Date | November 2015 | Marks available | 3 | Reference code | 15N.2.sl.TZ0.10 |
Level | SL only | Paper | 2 | Time zone | TZ0 |
Command term | Find | Question number | 10 | Adapted from | N/A |
Question
The masses of watermelons grown on a farm are normally distributed with a mean of \(10\) kg.
The watermelons are classified as small, medium or large.
A watermelon is small if its mass is less than \(4\) kg. Five percent of the watermelons are classified as small.
Find the standard deviation of the masses of the watermelons.
The following table shows the percentages of small, medium and large watermelons grown on the farm.
A watermelon is large if its mass is greater than \(w\) kg.
Find the value of \(w\).
All the medium and large watermelons are delivered to a grocer.
The grocer selects a watermelon at random from this delivery. Find the probability that it is medium.
All the medium and large watermelons are delivered to a grocer.

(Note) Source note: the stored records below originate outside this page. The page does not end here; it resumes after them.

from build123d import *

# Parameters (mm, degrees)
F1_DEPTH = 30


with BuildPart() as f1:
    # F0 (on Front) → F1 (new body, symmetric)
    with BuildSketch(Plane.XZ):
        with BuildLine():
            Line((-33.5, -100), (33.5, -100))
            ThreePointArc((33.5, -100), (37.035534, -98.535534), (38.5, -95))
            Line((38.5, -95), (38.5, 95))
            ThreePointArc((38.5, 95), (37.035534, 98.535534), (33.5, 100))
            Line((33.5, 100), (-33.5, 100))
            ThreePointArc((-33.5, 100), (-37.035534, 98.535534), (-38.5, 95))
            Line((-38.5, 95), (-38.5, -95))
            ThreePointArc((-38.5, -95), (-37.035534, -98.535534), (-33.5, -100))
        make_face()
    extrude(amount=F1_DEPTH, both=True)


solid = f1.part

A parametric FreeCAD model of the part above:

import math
import FreeCAD as App
import Part
import Sketcher
from FreeCAD import Vector

doc = App.newDocument("Part")
body = doc.addObject("PartDesign::Body", "Body")

# Sketch on XZ plane
sketch1 = body.newObject("Sketcher::SketchObject", "Sketch")
sketch1.AttachmentSupport = (doc.getObject("XZ_Plane"), [""])
sketch1.MapMode = "FlatFace"
sketch1.addGeometry(Part.LineSegment(Vector(-33.5, -100, 0), Vector(33.5, -100, 0)), False)
sketch1.addGeometry(Part.ArcOfCircle(Part.Circle(Vector(33.5, -95, 0), Vector(0, 0, 1), 5), math.radians(-90), math.radians(0)), False)
sketch1.addGeometry(Part.LineSegment(Vector(38.5, -95, 0), Vector(38.5, 95, 0)), False)
sketch1.addGeometry(Part.ArcOfCircle(Part.Circle(Vector(33.5, 95, 0), Vector(0, 0, 1), 5), math.radians(0), math.radians(90)), False)
sketch1.addGeometry(Part.LineSegment(Vector(33.5, 100, 0), Vector(-33.5, 100, 0)), False)
sketch1.addGeometry(Part.ArcOfCircle(Part.Circle(Vector(-33.5, 95, 0), Vector(0, 0, 1), 5), math.radians(90), math.radians(180)), False)
sketch1.addGeometry(Part.LineSegment(Vector(-38.5, 95, 0), Vector(-38.5, -95, 0)), False)
sketch1.addGeometry(Part.ArcOfCircle(Part.Circle(Vector(-33.5, -95, 0), Vector(0, 0, 1), 5), math.radians(180), math.radians(270)), False)
sketch1.addConstraint(Sketcher.Constraint("Tangent", 0, 2, 1, 1))
sketch1.addConstraint(Sketcher.Constraint("Tangent", 1, 2, 2, 1))
sketch1.addConstraint(Sketcher.Constraint("Tangent", 2, 2, 3, 1))
sketch1.addConstraint(Sketcher.Constraint("Tangent", 3, 2, 4, 1))
sketch1.addConstraint(Sketcher.Constraint("Tangent", 4, 2, 5, 1))
sketch1.addConstraint(Sketcher.Constraint("Tangent", 5, 2, 6, 1))
sketch1.addConstraint(Sketcher.Constraint("Tangent", 6, 2, 7, 1))
sketch1.addConstraint(Sketcher.Constraint("Tangent", 7, 2, 0, 1))
sketch1.addConstraint(Sketcher.Constraint("Horizontal", 0))
sketch1.addConstraint(Sketcher.Constraint("Vertical", 2))
sketch1.addConstraint(Sketcher.Constraint("Horizontal", 4))
sketch1.addConstraint(Sketcher.Constraint("Vertical", 6))
sketch1.addConstraint(Sketcher.Constraint("Equal", 1, 3))
sketch1.addConstraint(Sketcher.Constraint("Equal", 3, 5))
sketch1.addConstraint(Sketcher.Constraint("Equal", 5, 7))
sketch1.addConstraint(Sketcher.Constraint("Symmetric", 1, 3, 5, 3, -1, 1))
sketch1.addConstraint(Sketcher.Constraint("Radius", 1, 5.0))
sketch1.addConstraint(Sketcher.Constraint("DistanceX", 0, 1, 0, 2, 67.0))
sketch1.addConstraint(Sketcher.Constraint("DistanceY", 2, 1, 2, 2, 190.0))
pad1 = body.newObject("PartDesign::Pad", "Pad")
pad1.Profile = sketch1
pad1.Length = 60
pad1.Midplane = True

doc.recompute()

The grocer sells all the medium watermelons for $1.75 each, and all the large watermelons for $3.00 each. His costs on this delivery are $300, and his total profit is $150. Find the number of watermelons in the delivery.
Markscheme
finding standardized value for 4 kg (seen anywhere) (A1)
eg\(\;\;\;z = - 1.64485\)
attempt to standardize (M1)
eg\(\;\;\;\sigma = \frac{{x - \mu }}{z},{\text{ }}\frac{{4 - 10}}{\sigma }\)
correct substitution (A1)
eg\(\;\;\; - 1.64 = \frac{{4 - 10}}{\sigma },{\text{ }}\frac{{4 - 10}}{{ - 1.64}}\)
\(\sigma = 3.64774\)
\(\sigma = 3.65\) A1 N2
[4 marks]
valid approach (M1)
eg\(\;\;\;1 - p,{\text{ 0.62, }}\frac{{w - 10}}{{3.65}} = 0.305\)
\(w = 11.1143\)
\(w = 11.1\) A1 N2
[2 marks]
attempt to restrict melon population (M1)

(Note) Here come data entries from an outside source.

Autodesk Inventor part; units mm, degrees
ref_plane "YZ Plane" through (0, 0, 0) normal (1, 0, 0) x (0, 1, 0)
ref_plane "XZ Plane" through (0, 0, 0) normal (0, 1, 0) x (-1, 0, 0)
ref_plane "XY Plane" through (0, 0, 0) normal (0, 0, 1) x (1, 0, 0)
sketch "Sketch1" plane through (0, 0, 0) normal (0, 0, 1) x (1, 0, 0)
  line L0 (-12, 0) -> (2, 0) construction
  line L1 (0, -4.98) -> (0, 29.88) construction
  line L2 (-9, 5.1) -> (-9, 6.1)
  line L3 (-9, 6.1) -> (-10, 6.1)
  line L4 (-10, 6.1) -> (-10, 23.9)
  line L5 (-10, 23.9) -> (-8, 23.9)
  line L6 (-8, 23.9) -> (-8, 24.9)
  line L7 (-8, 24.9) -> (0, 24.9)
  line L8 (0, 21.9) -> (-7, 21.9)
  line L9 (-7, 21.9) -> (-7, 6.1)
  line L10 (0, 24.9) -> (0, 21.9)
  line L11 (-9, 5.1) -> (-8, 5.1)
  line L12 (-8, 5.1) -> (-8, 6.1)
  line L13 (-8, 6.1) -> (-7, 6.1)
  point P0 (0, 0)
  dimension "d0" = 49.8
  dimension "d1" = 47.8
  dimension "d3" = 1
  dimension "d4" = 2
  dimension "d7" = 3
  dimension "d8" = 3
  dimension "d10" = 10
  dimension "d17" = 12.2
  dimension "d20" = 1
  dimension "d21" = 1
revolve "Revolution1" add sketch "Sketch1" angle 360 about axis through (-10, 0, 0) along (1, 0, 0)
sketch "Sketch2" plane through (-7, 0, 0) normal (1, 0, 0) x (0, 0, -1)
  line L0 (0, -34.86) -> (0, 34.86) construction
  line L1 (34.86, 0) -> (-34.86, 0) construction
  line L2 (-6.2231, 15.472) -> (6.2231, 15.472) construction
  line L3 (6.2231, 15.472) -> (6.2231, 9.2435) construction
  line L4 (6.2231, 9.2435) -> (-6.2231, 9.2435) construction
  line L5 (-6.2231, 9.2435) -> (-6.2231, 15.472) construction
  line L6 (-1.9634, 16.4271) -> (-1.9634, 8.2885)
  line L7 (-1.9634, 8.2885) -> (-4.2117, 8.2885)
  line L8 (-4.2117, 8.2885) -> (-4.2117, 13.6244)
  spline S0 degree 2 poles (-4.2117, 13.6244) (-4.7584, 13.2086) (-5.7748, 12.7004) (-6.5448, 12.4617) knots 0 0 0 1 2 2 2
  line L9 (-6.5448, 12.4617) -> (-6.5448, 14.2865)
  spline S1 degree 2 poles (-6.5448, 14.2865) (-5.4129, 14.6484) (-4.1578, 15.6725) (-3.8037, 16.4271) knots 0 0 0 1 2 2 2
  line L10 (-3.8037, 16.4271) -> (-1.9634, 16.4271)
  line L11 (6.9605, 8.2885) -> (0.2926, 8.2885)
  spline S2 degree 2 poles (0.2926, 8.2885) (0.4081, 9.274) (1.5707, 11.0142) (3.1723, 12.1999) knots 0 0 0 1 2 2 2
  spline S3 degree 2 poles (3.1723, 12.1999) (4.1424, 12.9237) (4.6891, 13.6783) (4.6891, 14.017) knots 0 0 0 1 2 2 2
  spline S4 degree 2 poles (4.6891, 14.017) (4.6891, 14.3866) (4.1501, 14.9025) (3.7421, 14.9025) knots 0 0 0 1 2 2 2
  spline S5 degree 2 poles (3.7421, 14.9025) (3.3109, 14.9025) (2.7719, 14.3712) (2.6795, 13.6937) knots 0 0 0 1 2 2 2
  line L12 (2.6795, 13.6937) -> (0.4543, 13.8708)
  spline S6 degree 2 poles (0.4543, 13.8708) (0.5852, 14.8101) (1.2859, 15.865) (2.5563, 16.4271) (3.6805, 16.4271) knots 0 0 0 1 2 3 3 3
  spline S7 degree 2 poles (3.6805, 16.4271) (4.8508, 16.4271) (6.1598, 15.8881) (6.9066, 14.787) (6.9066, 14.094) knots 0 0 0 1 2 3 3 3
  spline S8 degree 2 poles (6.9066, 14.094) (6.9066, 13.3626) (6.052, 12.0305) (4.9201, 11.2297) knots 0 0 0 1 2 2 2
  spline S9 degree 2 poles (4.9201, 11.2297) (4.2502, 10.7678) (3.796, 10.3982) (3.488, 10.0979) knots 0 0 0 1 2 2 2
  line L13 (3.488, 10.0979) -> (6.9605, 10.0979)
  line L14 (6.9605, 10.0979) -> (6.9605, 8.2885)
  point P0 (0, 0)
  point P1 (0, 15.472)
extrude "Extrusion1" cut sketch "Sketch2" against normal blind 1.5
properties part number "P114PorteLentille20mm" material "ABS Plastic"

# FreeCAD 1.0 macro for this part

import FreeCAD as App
import Part
import Sketcher

V = App.Vector
Q = App.Units.Quantity

doc = App.newDocument("Part")
params = doc.addObject("Spreadsheet::Sheet", "Params")
for row, (alias, value) in enumerate([
    ("sketch1_width", "1 mm"),
    ("sketch1_height", "3 mm"),
    ("sketch1_height2", "15.8 mm"),
    ("revolution_angle", "360 deg"),
    ("pocket1_length", "1.5 mm"),
], start=1):
    params.set(f"A{row}", alias)
    params.set(f"B{row}", "=" + value)
    params.setAlias(f"B{row}", alias)

body = doc.addObject("PartDesign::Body", "Body")

# Sketch on XY plane
sketch1 = body.newObject("Sketcher::SketchObject", "Sketch")
sketch1.AttachmentSupport = (doc.getObject("XY_Plane"), [""])
sketch1.MapMode = "FlatFace"
sketch1.addGeometry([
    Part.LineSegment(V(-9, 6.1, 0), V(-9, 5.1, 0)),  # 0
    Part.LineSegment(V(-9, 5.1, 0), V(-8, 5.1, 0)),  # 1
    Part.LineSegment(V(-8, 5.1, 0), V(-8, 6.1, 0)),  # 2
    Part.LineSegment(V(-8, 6.1, 0), V(-7, 6.1, 0)),  # 3
    Part.LineSegment(V(-7, 6.1, 0), V(-7, 21.9, 0)),  # 4
    Part.LineSegment(V(-7, 21.9, 0), V(0, 21.9, 0)),  # 5
    Part.LineSegment(V(0, 21.9, 0), V(0, 24.9, 0)),  # 6
    Part.LineSegment(V(0, 24.9, 0), V(-8, 24.9, 0)),  # 7
    Part.LineSegment(V(-8, 24.9, 0), V(-8, 23.9, 0)),  # 8
    Part.LineSegment(V(-8, 23.9, 0), V(-10, 23.9, 0)),  # 9
    Part.LineSegment(V(-10, 23.9, 0), V(-10, 6.1, 0)),  # 10
    Part.LineSegment(V(-10, 6.1, 0), V(-9, 6.1, 0)),  # 11
], False)
sketch1.addConstraint([
    Sketcher.Constraint("Coincident", 0, 2, 1, 1),
    Sketcher.Constraint("Coincident", 1, 2, 2, 1),
    Sketcher.Constraint("Coincident", 2, 2, 3, 1),
    Sketcher.Constraint("Coincident", 3, 2, 4, 1),
    Sketcher.Constraint("Coincident", 4, 2, 5, 1),
    Sketcher.Constraint("Coincident", 5, 2, 6, 1),
    Sketcher.Constraint("Coincident", 6, 2, 7, 1),
    Sketcher.Constraint("Coincident", 7, 2, 8, 1),
    Sketcher.Constraint("Coincident", 8, 2, 9, 1),
    Sketcher.Constraint("Coincident", 9, 2, 10, 1),
    Sketcher.Constraint("Coincident", 10, 2, 11, 1),
    Sketcher.Constraint("Coincident", 11, 2, 0, 1),
    Sketcher.Constraint("Vertical", 0),
    Sketcher.Constraint("Horizontal", 1),
    Sketcher.Constraint("Vertical", 2),
    Sketcher.Constraint("Horizontal", 3),
    Sketcher.Constraint("Vertical", 4),
    Sketcher.Constraint("Horizontal", 5),
    Sketcher.Constraint("Vertical", 6),
    Sketcher.Constraint("Horizontal", 7),
    Sketcher.Constraint("Vertical", 8),
    Sketcher.Constraint("Horizontal", 9),
    Sketcher.Constraint("Vertical", 10),
    Sketcher.Constraint("Horizontal", 11),
    Sketcher.Constraint("PointOnObject", 5, 2, -2),
    Sketcher.Constraint("Horizontal", 3, 2, 10, 2),
    Sketcher.Constraint("Vertical", 2, 2, 7, 2),
    Sketcher.Constraint("Equal", 1, 3),
    Sketcher.Constraint("Equal", 3, 11),
    Sketcher.Constraint("Equal", 11, 0),
    Sketcher.Constraint("Equal", 2, 8),
    Sketcher.Constraint("DistanceX", 1, 1, 1, 2, Q("1 mm")),
    Sketcher.Constraint("DistanceY", 6, 1, 6, 2, Q("3 mm")),
    Sketcher.Constraint("DistanceX", 9, 2, -1, 1, Q("10 mm")),
    Sketcher.Constraint("DistanceY", 4, 1, 4, 2, Q("15.8 mm")),
    Sketcher.Constraint("DistanceY", -1, 1, 0, 2, Q("5.1 mm")),
])
sketch1.setExpression("Constraints[31]", "Params.sketch1_width")
sketch1.setExpression("Constraints[32]", "Params.sketch1_height")
sketch1.setExpression("Constraints[34]", "Params.sketch1_height2")
revolution = body.newObject("PartDesign::Revolution", "Revolution")
revolution.Profile = sketch1
revolution.ReferenceAxis = (sketch1, ["H_Axis"])
revolution.setExpression("Angle", "Params.revolution_angle")

# Sketch on YZ plane
sketch2 = body.newObject("Sketcher::SketchObject", "Sketch001")
sketch2.AttachmentSupport = (doc.getObject("YZ_Plane"), [""])
sketch2.MapMode = "FlatFace"
sketch2.AttachmentOffset = App.Placement(V(0, 0, -7), App.Rotation())
sketch2.addGeometry([
    Part.LineSegment(V(8.2885, 1.9634, 0), V(16.4271, 1.9634, 0)),  # 0
    Part.LineSegment(V(16.4271, 1.9634, 0), V(16.4271, 3.8037, 0)),  # 1
    Part.BSplineCurve([V(14.2865, 6.5448, 0), V(14.6484, 5.4129, 0), V(15.6725, 4.1578, 0), V(16.4271, 3.8037, 0)], [3, 1, 3], [0, 1, 2], False, 2, [1, 1, 1, 1], False),  # 2
    Part.LineSegment(V(14.2865, 6.5448, 0), V(12.4617, 6.5448, 0)),  # 3
    Part.BSplineCurve([V(13.6244, 4.2117, 0), V(13.2086, 4.7584, 0), V(12.7004, 5.7748, 0), V(12.4617, 6.5448, 0)], [3, 1, 3], [0, 1, 2], False, 2, [1, 1, 1, 1], False),  # 4
    Part.LineSegment(V(13.6244, 4.2117, 0), V(8.2885, 4.2117, 0)),  # 5
    Part.LineSegment(V(8.2885, 4.2117, 0), V(8.2885, 1.9634, 0)),  # 6
    Part.LineSegment(V(8.2885, -0.2926, 0), V(8.2885, -6.9605, 0)),  # 7
    Part.LineSegment(V(8.2885, -6.9605, 0), V(10.0979, -6.9605, 0)),  # 8
    Part.LineSegment(V(10.0979, -6.9605, 0), V(10.0979, -3.488, 0)),  # 9
    Part.BSplineCurve([V(11.2297, -4.9201, 0), V(10.7678, -4.2502, 0), V(10.3982, -3.796, 0), V(10.0979, -3.488, 0)], [3, 1, 3], [0, 1, 2], False, 2, [1, 1, 1, 1], False),  # 10
    Part.BSplineCurve([V(14.094, -6.9066, 0), V(13.3626, -6.9066, 0), V(12.0305, -6.052, 0), V(11.2297, -4.9201, 0)], [3, 1, 3], [0, 1, 2], False, 2, [1, 1, 1, 1], False),  # 11
    Part.BSplineCurve([V(16.4271, -3.6805, 0), V(16.4271, -4.8508, 0), V(15.8881, -6.1598, 0), V(14.787, -6.9066, 0), V(14.094, -6.9066, 0)], [3, 1, 1, 3], [0, 1, 2, 3], False, 2, [1, 1, 1, 1, 1], False),  # 12
    Part.BSplineCurve([V(13.8708, -0.4543, 0), V(14.8101, -0.5852, 0), V(15.865, -1.2859, 0), V(16.4271, -2.5563, 0), V(16.4271, -3.6805, 0)], [3, 1, 1, 3], [0, 1, 2, 3], False, 2, [1, 1, 1, 1, 1], False),  # 13
    Part.LineSegment(V(13.8708, -0.4543, 0), V(13.6937, -2.6795, 0)),  # 14
    Part.BSplineCurve([V(14.9025, -3.7421, 0), V(14.9025, -3.3109, 0), V(14.3712, -2.7719, 0), V(13.6937, -2.6795, 0)], [3, 1, 3], [0, 1, 2], False, 2, [1, 1, 1, 1], False),  # 15
    Part.BSplineCurve([V(14.017, -4.6891, 0), V(14.3866, -4.6891, 0), V(14.9025, -4.1501, 0), V(14.9025, -3.7421, 0)], [3, 1, 3], [0, 1, 2], False, 2, [1, 1, 1, 1], False),  # 16
    Part.BSplineCurve([V(12.1999, -3.1723, 0), V(12.9237, -4.1424, 0), V(13.6783, -4.6891, 0), V(14.017, -4.6891, 0)], [3, 1, 3], [0, 1, 2], False, 2, [1, 1, 1, 1], False),  # 17
    Part.BSplineCurve([V(8.2885, -0.2926, 0), V(9.274, -0.4081, 0), V(11.0142, -1.5707, 0), V(12.1999, -3.1723, 0)], [3, 1, 3], [0, 1, 2], False, 2, [1, 1, 1, 1], False),  # 18
], False)
sketch2.addConstraint([
    Sketcher.Constraint("Block", 2),
    Sketcher.Constraint("Block", 4),
    Sketcher.Constraint("Block", 10),
    Sketcher.Constraint("Block", 11),
    Sketcher.Constraint("Block", 12),
    Sketcher.Constraint("Block", 13),
    Sketcher.Constraint("Block", 15),
    Sketcher.Constraint("Block", 16),
    Sketcher.Constraint("Block", 17),
    Sketcher.Constraint("Block", 18),
    Sketcher.Constraint("Coincident", 0, 2, 1, 1),
    Sketcher.Constraint("Coincident", 1, 2, 2, 2),
    Sketcher.Constraint("Coincident", 2, 1, 3, 1),
    Sketcher.Constraint("Coincident", 3, 2, 4, 2),
    Sketcher.Constraint("Coincident", 4, 1, 5, 1),
    Sketcher.Constraint("Coincident", 5, 2, 6, 1),
    Sketcher.Constraint("Coincident", 6, 2, 0, 1),
    Sketcher.Constraint("Coincident", 7, 2, 8, 1),
    Sketcher.Constraint("Coincident", 8, 2, 9, 1),
    Sketcher.Constraint("Coincident", 9, 2, 10, 2),
    Sketcher.Constraint("Coincident", 13, 1, 14, 1),
    Sketcher.Constraint("Coincident", 14, 2, 15, 2),
    Sketcher.Constraint("Coincident", 18, 1, 7, 1),
    Sketcher.Constraint("Horizontal", 0),
    Sketcher.Constraint("Vertical", 1),
    Sketcher.Constraint("Horizontal", 5),
    Sketcher.Constraint("Vertical", 6),
    Sketcher.Constraint("Vertical", 7),
    Sketcher.Constraint("Horizontal", 8),
    Sketcher.Constraint("Vertical", 9),
    Sketcher.Constraint("Vertical", 6, 2, 7, 2),
    Sketcher.Constraint("DistanceY", 7, 2, 7, 1, Q("6.668 mm")),
    Sketcher.Constraint("DistanceY", 1, 1, 1, 2, Q("1.8403 mm")),
])
pocket1 = body.newObject("PartDesign::Pocket", "Pocket")
pocket1.Profile = sketch2
pocket1.setExpression("Length", "Params.pocket1_length")

doc.recompute()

eg\(\;\;\;\)\(95\% \) are delivered, \({\text{P}}({\text{medium}}|{\text{delivered}}),{\text{ }}57 + 38\)
correct probability for medium watermelons (A1)
eg\(\;\;\;\frac{{0.57}}{{0.95}}\)
\(\frac{{57}}{{95}},{\text{ }}0.6,{\text{ }}60\% \) A1 N3
[3 marks]
proportion of large watermelons (seen anywhere) (A1)
eg\(\;\;\;{\text{P(large)}} = 0.4,{\text{ }}40\% \)
correct approach to find total sales (seen anywhere) (A1)
eg\(\;\;\;150 = {\text{sales}} - 300,{\text{ total sales}} = \$ 450\)
correct expression (A1)
eg\(\;\;\;1.75(0.6x) + 3(0.4x),{\text{ }}1.75(0.6) + 3(0.4)\)
evidence of correct working (A1)
eg\(\;\;\;1.75(0.6x) + 3(0.4x) = 450,{\text{ }}2.25x = 450\)
200 watermelons in the delivery A1 N2
Notes: If candidate answers 0.57 in part (c), the FT values are \({\text{P(large)}} = 0.43\) and 197 watermelons. Award FT marks if working shown.
Award N0 for 197.